“A question that I get asked a lot is, ‘What is the best way to reduce stress and to reduce it really fast?’ The best thing that I can offer to you, and the best thing that yoga offers, is the breath.” - MaryJoanna Grisso, Yoga Expert
We brought in yoga expert MaryJoanna Grisso to give you the best exercises out there to boost your energy, get you through the 3 p.m. wall without caffeine, and decrease your stress, all from the comfort of your office. Try two of her favorite Pranayama sequences below and her Mini Sun Salutation.
(in Hindu yoga) the regulation of the breath through certain techniques and exercises.
when you need a little boost
All you need is a bit of room for your arms and some space between you and your desk and you’re ready to flow. Be sure to attach your breath to the movement as breath allows your body to relax and your mind to quiet.
Decreases your stress.
Boosts your energy.
Opens up your hips.
Stretches out your neck and legs from sitting all day.
Relieves tension and tightness in the lower back.
Stand with your feet directly under your hips. As you inhale, lift your hands up overhead and bring them into a prayer position.
As you exhale, forward fold over your legs, bending at the knees. Allow yourself to melt fully over.
Take a few breaths there, slowly shaking your head side to side and swaying your hips back and forth.
On your next inhale, find a halfway lift. Your arms can either dangle in front of you or touch your shins. Find a nice flat back position and elongate the spine. Take a few breaths in this position.
As you exhale, fold forward once more while dropping the head and elongating the neck and spine.
On your inhale, press your feet into the floor and lift all the way up and through to stand. You can repeat this sequence as many times as you’d like.

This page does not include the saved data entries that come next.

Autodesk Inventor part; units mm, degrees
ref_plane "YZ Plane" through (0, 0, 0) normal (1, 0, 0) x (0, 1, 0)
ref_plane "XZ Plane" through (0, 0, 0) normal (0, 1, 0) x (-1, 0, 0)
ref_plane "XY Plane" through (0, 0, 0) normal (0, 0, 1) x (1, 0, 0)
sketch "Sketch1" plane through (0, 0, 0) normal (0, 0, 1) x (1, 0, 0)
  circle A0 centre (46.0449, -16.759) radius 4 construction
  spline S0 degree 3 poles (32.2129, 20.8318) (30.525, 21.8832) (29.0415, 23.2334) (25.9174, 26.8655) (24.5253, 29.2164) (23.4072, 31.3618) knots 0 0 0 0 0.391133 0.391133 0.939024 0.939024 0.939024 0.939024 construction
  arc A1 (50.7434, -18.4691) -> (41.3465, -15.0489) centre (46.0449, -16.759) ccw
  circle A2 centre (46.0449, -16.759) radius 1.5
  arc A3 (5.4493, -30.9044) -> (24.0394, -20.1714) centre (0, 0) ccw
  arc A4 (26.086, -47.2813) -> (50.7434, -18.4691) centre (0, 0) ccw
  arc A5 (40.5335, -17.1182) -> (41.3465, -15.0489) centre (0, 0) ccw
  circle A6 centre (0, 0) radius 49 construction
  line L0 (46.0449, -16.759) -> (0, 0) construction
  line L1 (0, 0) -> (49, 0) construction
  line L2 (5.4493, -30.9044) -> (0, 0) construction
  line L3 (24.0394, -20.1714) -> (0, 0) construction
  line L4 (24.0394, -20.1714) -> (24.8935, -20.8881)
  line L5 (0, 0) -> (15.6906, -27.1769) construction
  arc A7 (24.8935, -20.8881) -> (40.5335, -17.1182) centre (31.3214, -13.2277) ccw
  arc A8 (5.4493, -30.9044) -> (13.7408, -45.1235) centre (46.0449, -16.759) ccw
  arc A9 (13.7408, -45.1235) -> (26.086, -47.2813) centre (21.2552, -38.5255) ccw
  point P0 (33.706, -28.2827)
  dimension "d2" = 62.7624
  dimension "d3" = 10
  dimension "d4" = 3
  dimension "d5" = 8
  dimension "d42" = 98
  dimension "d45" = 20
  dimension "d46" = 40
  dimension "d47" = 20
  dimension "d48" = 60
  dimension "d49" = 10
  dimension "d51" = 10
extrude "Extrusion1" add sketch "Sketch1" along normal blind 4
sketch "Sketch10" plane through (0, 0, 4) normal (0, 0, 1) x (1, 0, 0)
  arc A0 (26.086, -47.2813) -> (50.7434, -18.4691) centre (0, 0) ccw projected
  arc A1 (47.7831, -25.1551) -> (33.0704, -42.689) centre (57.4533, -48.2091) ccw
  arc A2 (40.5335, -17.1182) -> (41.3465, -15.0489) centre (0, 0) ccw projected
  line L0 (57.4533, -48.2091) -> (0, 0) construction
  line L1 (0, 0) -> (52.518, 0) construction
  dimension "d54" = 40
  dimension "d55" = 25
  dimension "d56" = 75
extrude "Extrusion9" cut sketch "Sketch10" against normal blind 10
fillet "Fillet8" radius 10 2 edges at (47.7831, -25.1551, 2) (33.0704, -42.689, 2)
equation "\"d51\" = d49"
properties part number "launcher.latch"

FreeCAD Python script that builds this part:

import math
import FreeCAD as App
import Part
import Sketcher
Q = App.Units.Quantity


def edges_at(feature, points):
    """Names of the edges that pass closest to the given points."""
    edges = feature.Shape.Edges
    near = lambda p: min(range(len(edges)), key=lambda i: edges[i].distToShape(Part.Vertex(*p))[0])
    return sorted({f"Edge{near(p) + 1}" for p in points})

doc = App.newDocument("Part")
params = doc.addObject("Spreadsheet::Sheet", "Params")
for row, (alias, value) in enumerate([
    ("sketch1_diameter", "3 mm"),
    ("sketch1_radius", "5 mm"),
    ("sketch1_radius2", "10 mm"),
    ("sketch1_radius3", "54 mm"),
    ("pad1_length", "4 mm"),
    ("sketch2_radius", "25 mm"),
    ("sketch2_radius2", "54 mm"),
    ("pocket1_length", "10 mm"),
    ("fillet_radius", "10 mm"),
], start=1):
    params.set(f"A{row}", alias)
    params.set(f"B{row}", "=" + value)
    params.setAlias(f"B{row}", alias)

body = doc.addObject("PartDesign::Body", "Body")

sketch1 = body.newObject("Sketcher::SketchObject", "Sketch")
sketch1.AttachmentSupport = (doc.getObject("XY_Plane"), [""])
sketch1.MapMode = "FlatFace"
sketch1.addGeometry([
    Part.ArcOfCircle(Part.Circle(App.Vector(0, 0, 0), App.Vector(0, 0, 1), 54), math.radians(-61), math.radians(-20)),
    Part.ArcOfCircle(Part.Circle(App.Vector(46, -16.8, 0), App.Vector(0, 0, 1), 5), math.radians(-20), math.radians(160)),
    Part.ArcOfCircle(Part.Circle(App.Vector(-0.1, 0, 0), App.Vector(0, 0, 1), 44.1), math.radians(-22.89), math.radians(-20)),
    Part.ArcOfCircle(Part.Circle(App.Vector(31.3, -13.2, 0), App.Vector(0, 0, 1), 10), math.radians(-130), math.radians(-23)),
    Part.LineSegment(App.Vector(24.9, -20.9, 0), App.Vector(24, -20.2, 0)),
    Part.ArcOfCircle(Part.Circle(App.Vector(0, 0, 0), App.Vector(0, 0, 1), 31.4), math.radians(-80), math.radians(-40)),
    Part.ArcOfCircle(Part.Circle(App.Vector(46, -16.8, 0), App.Vector(0, 0, 1), 43), math.radians(-161), math.radians(-139)),
    Part.ArcOfCircle(Part.Circle(App.Vector(21.3, -38.5, 0), App.Vector(0, 0, 1), 10), math.radians(-139), math.radians(-61)),
    Part.Circle(App.Vector(46, -16.8, 0), App.Vector(0, 0, 1), 1.5),
], False)
sketch1.addConstraint([
    Sketcher.Constraint("Tangent", 0, 2, 1, 1),
    Sketcher.Constraint("Tangent", 1, 2, 2, 2),
    Sketcher.Constraint("Tangent", 2, 1, 3, 2),
    Sketcher.Constraint("Tangent", 3, 1, 4, 1),
    Sketcher.Constraint("Coincident", 4, 2, 5, 2),
    Sketcher.Constraint("Coincident", 5, 1, 6, 1),
    Sketcher.Constraint("Tangent", 6, 2, 7, 1),
    Sketcher.Constraint("Tangent", 7, 2, 0, 1),
    Sketcher.Constraint("Coincident", 0, 3, -1, 1),
    Sketcher.Constraint("Coincident", 5, 3, -1, 1),
    Sketcher.Constraint("Coincident", 8, 3, 1, 3),
    Sketcher.Constraint("Equal", 3, 7),
    Sketcher.Constraint("Diameter", 8, 3.0),
    Sketcher.Constraint("Radius", 1, 5.0),
    Sketcher.Constraint("Radius", 3, 10.0),
    Sketcher.Constraint("Radius", 0, 54.0),
    Sketcher.Constraint("Radius", 5, 31.3812),
    Sketcher.Constraint("Angle", 4, Q("139.999 deg")),
    Sketcher.Constraint("Radius", 6, 42.991),
    Sketcher.Constraint("Radius", 2, 44.0902),
    Sketcher.Constraint("DistanceX", 3, 1, 2, 1, 15.64),
    Sketcher.Constraint("DistanceX", 5, 1, 4, 2, 18.59),
    Sketcher.Constraint("Distance", 4, 1.115),
    Sketcher.Constraint("DistanceX", -1, 1, 1, 3, 46.045),
    Sketcher.Constraint("DistanceX", -1, 1, 7, 2, 26.086),
])
sketch1.setExpression("Constraints[12]", "Params.sketch1_diameter")
sketch1.setExpression("Constraints[13]", "Params.sketch1_radius")
sketch1.setExpression("Constraints[14]", "Params.sketch1_radius2")
sketch1.setExpression("Constraints[15]", "Params.sketch1_radius3")
pad1 = body.newObject("PartDesign::Pad", "Pad")
pad1.Profile = sketch1
pad1.setExpression("Length", "Params.pad1_length")

sketch2 = body.newObject("Sketcher::SketchObject", "Sketch001")
sketch2.AttachmentSupport = (doc.getObject("XY_Plane"), [""])
sketch2.MapMode = "FlatFace"
sketch2.AttachmentOffset = App.Placement(App.Vector(0, 0, 4), App.Rotation())
sketch2.addGeometry([
    Part.ArcOfCircle(Part.Circle(App.Vector(57, -48, 0), App.Vector(0, 0, 1), 25), math.radians(113), math.radians(167)),
    Part.ArcOfCircle(Part.Circle(App.Vector(0, 0, 0), App.Vector(0, 0, 1), 54), math.radians(-52), math.radians(-28)),
], False)
sketch2.addConstraint([
    Sketcher.Constraint("Coincident", 0, 1, 1, 2),
    Sketcher.Constraint("Coincident", 1, 1, 0, 2),
    Sketcher.Constraint("Coincident", 1, 3, -1, 1),
    Sketcher.Constraint("Radius", 0, 25.0),
    Sketcher.Constraint("Radius", 1, 54.0),
    Sketcher.Constraint("DistanceY", 0, 3, 1, 1, 5.52),
    Sketcher.Constraint("DistanceY", 0, 3, -1, 1, 48.209),
])
sketch2.setExpression("Constraints[3]", "Params.sketch2_radius")
sketch2.setExpression("Constraints[4]", "Params.sketch2_radius2")
pocket1 = body.newObject("PartDesign::Pocket", "Pocket")
pocket1.Profile = sketch2
pocket1.setExpression("Length", "Params.pocket1_length")
doc.recompute()

fillet = body.newObject("PartDesign::Fillet", "Fillet")
fillet.Base = (pocket1, edges_at(pocket1, [(47.783, -25.155, 2), (33.07, -42.689, 2)]))
fillet.setExpression("Radius", "Params.fillet_radius")

doc.recompute()
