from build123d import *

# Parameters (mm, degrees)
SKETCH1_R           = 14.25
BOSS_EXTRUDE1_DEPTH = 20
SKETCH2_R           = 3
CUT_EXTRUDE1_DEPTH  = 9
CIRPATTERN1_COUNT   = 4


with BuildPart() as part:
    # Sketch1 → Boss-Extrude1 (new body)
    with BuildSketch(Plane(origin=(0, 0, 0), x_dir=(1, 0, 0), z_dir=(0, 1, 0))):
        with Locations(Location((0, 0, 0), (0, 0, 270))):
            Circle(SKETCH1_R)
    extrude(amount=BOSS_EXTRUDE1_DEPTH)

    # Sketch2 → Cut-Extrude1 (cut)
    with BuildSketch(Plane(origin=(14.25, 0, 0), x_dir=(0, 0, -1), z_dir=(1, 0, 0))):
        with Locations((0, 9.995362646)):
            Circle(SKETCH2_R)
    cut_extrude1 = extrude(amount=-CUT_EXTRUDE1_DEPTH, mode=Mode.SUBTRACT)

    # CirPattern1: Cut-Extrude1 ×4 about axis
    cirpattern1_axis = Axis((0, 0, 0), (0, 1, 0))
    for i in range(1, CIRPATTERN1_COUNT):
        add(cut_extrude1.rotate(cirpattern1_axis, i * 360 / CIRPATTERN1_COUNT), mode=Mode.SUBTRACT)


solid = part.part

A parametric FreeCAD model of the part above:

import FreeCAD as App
import Part
import Sketcher
from FreeCAD import Vector
Q = App.Units.Quantity

doc = App.newDocument("Part")
body = doc.addObject("PartDesign::Body", "Body")

# Sketch on XZ plane
sketch1 = body.newObject("Sketcher::SketchObject", "Sketch")
sketch1.AttachmentSupport = (doc.getObject("XZ_Plane"), [""])
sketch1.MapMode = "FlatFace"
sketch1.addGeometry(Part.Circle(Vector(0, 0, 0), Vector(0, 0, 1), 14), False)
sketch1.addConstraint(Sketcher.Constraint("Coincident", 0, 3, -1, 1))
sketch1.addConstraint(Sketcher.Constraint("Diameter", 0, Q("28.5 mm")))
pad1 = body.newObject("PartDesign::Pad", "Pad")
pad1.Profile = sketch1
pad1.Length = 20
pad1.Reversed = True

# Sketch on YZ plane
sketch2 = body.newObject("Sketcher::SketchObject", "Sketch001")
sketch2.AttachmentSupport = (doc.getObject("YZ_Plane"), [""])
sketch2.MapMode = "FlatFace"
sketch2.AttachmentOffset = App.Placement(Vector(0, 0, 14.25), App.Rotation())
sketch2.addGeometry(Part.Circle(Vector(10, 0, 0), Vector(0, 0, 1), 3), False)
sketch2.addConstraint(Sketcher.Constraint("PointOnObject", 0, 3, -1))
sketch2.addConstraint(Sketcher.Constraint("Diameter", 0, Q("6 mm")))
sketch2.addConstraint(Sketcher.Constraint("DistanceX", -1, 1, 0, 3, Q("9.995363 mm")))
pocket1 = body.newObject("PartDesign::Pocket", "Pocket")
pocket1.Profile = sketch2
pocket1.Length = 9
doc.recompute()

polarpattern = body.newObject("PartDesign::PolarPattern", "PolarPattern")
polarpattern.Originals = [pocket1]
polarpattern.Axis = (doc.getObject("Y_Axis"), [""])
polarpattern.Angle = 360
polarpattern.Occurrences = 4
body.Tip = polarpattern

doc.recompute()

curb the 3pm crash, hold the coffee
This pranayama is called Bhastrika, or Bellows Breath. It is a vigorous, dynamic, breath which strengthens the nervous system, increases physical vitality, and enhances clarity of mind, by bringing oxygen to the brain and bringing mobility to the spine. This is an excellent sequence for when you’re hitting a wall at the office and need a little boost in your day. Some say this Pranayama exercise is equivalent to drinking a cup of coffee by bringing oxygen to your brain and stretching your spine at the same time.
Boosts your energy.
Strengthens your nervous system.
Increases your physical vitality.
Enhances your clarity of mind.
Stretches out your spine.
To prepare, take a big inhale in. Send your breath out through a little tube and feel how strong that breath needs to be when you exhale.
For the exercise, when you breathe out, you’ll keep your lips closed, but you’ll keep the idea of that nice strong exhale.
Add your breath to movement. With each quick inhale, you’ll find a small arch in your back. With each exhale, you’ll have a rounding of the spine, as the belly button draws inward towards the spine. You’ll move through each breath quickly, with strong inhales and exhales.
Close your eyes and allow your head to become gently involved in the motion.
When you’ve finished 30 pulses, inhale all the way in, gently bring your chin towards your heart, and hold the breath for about 8 counts. After 8 counts, drop the shoulders and exhale deeply through your mouth.
Breath naturally for a few breaths and repeat the sequence once or twice more for an extra boost of energy.
This is a simple Pranayama exercise that only requires you and your breath. The more we inhale and exhale, the more our brain signals our body that it can relax. The next time you have a huge presentation or are feeling overwhelmed, try taking a minute or two to sit and breathe.
Decreases your stress.
Sends oxygen to your brain.
Find a comfortable place where you can sit, close your eyes, and maybe even throw on those fancy new headphones and put on some gentle music. Allow yourself to bring attention to your breath.
Inhale with closed lips for 4 counts. Exhale with closed lips for 8 counts. Try to keep your focus on your breath, letting other thoughts go as quickly as they come. Repeat as many times as necessary.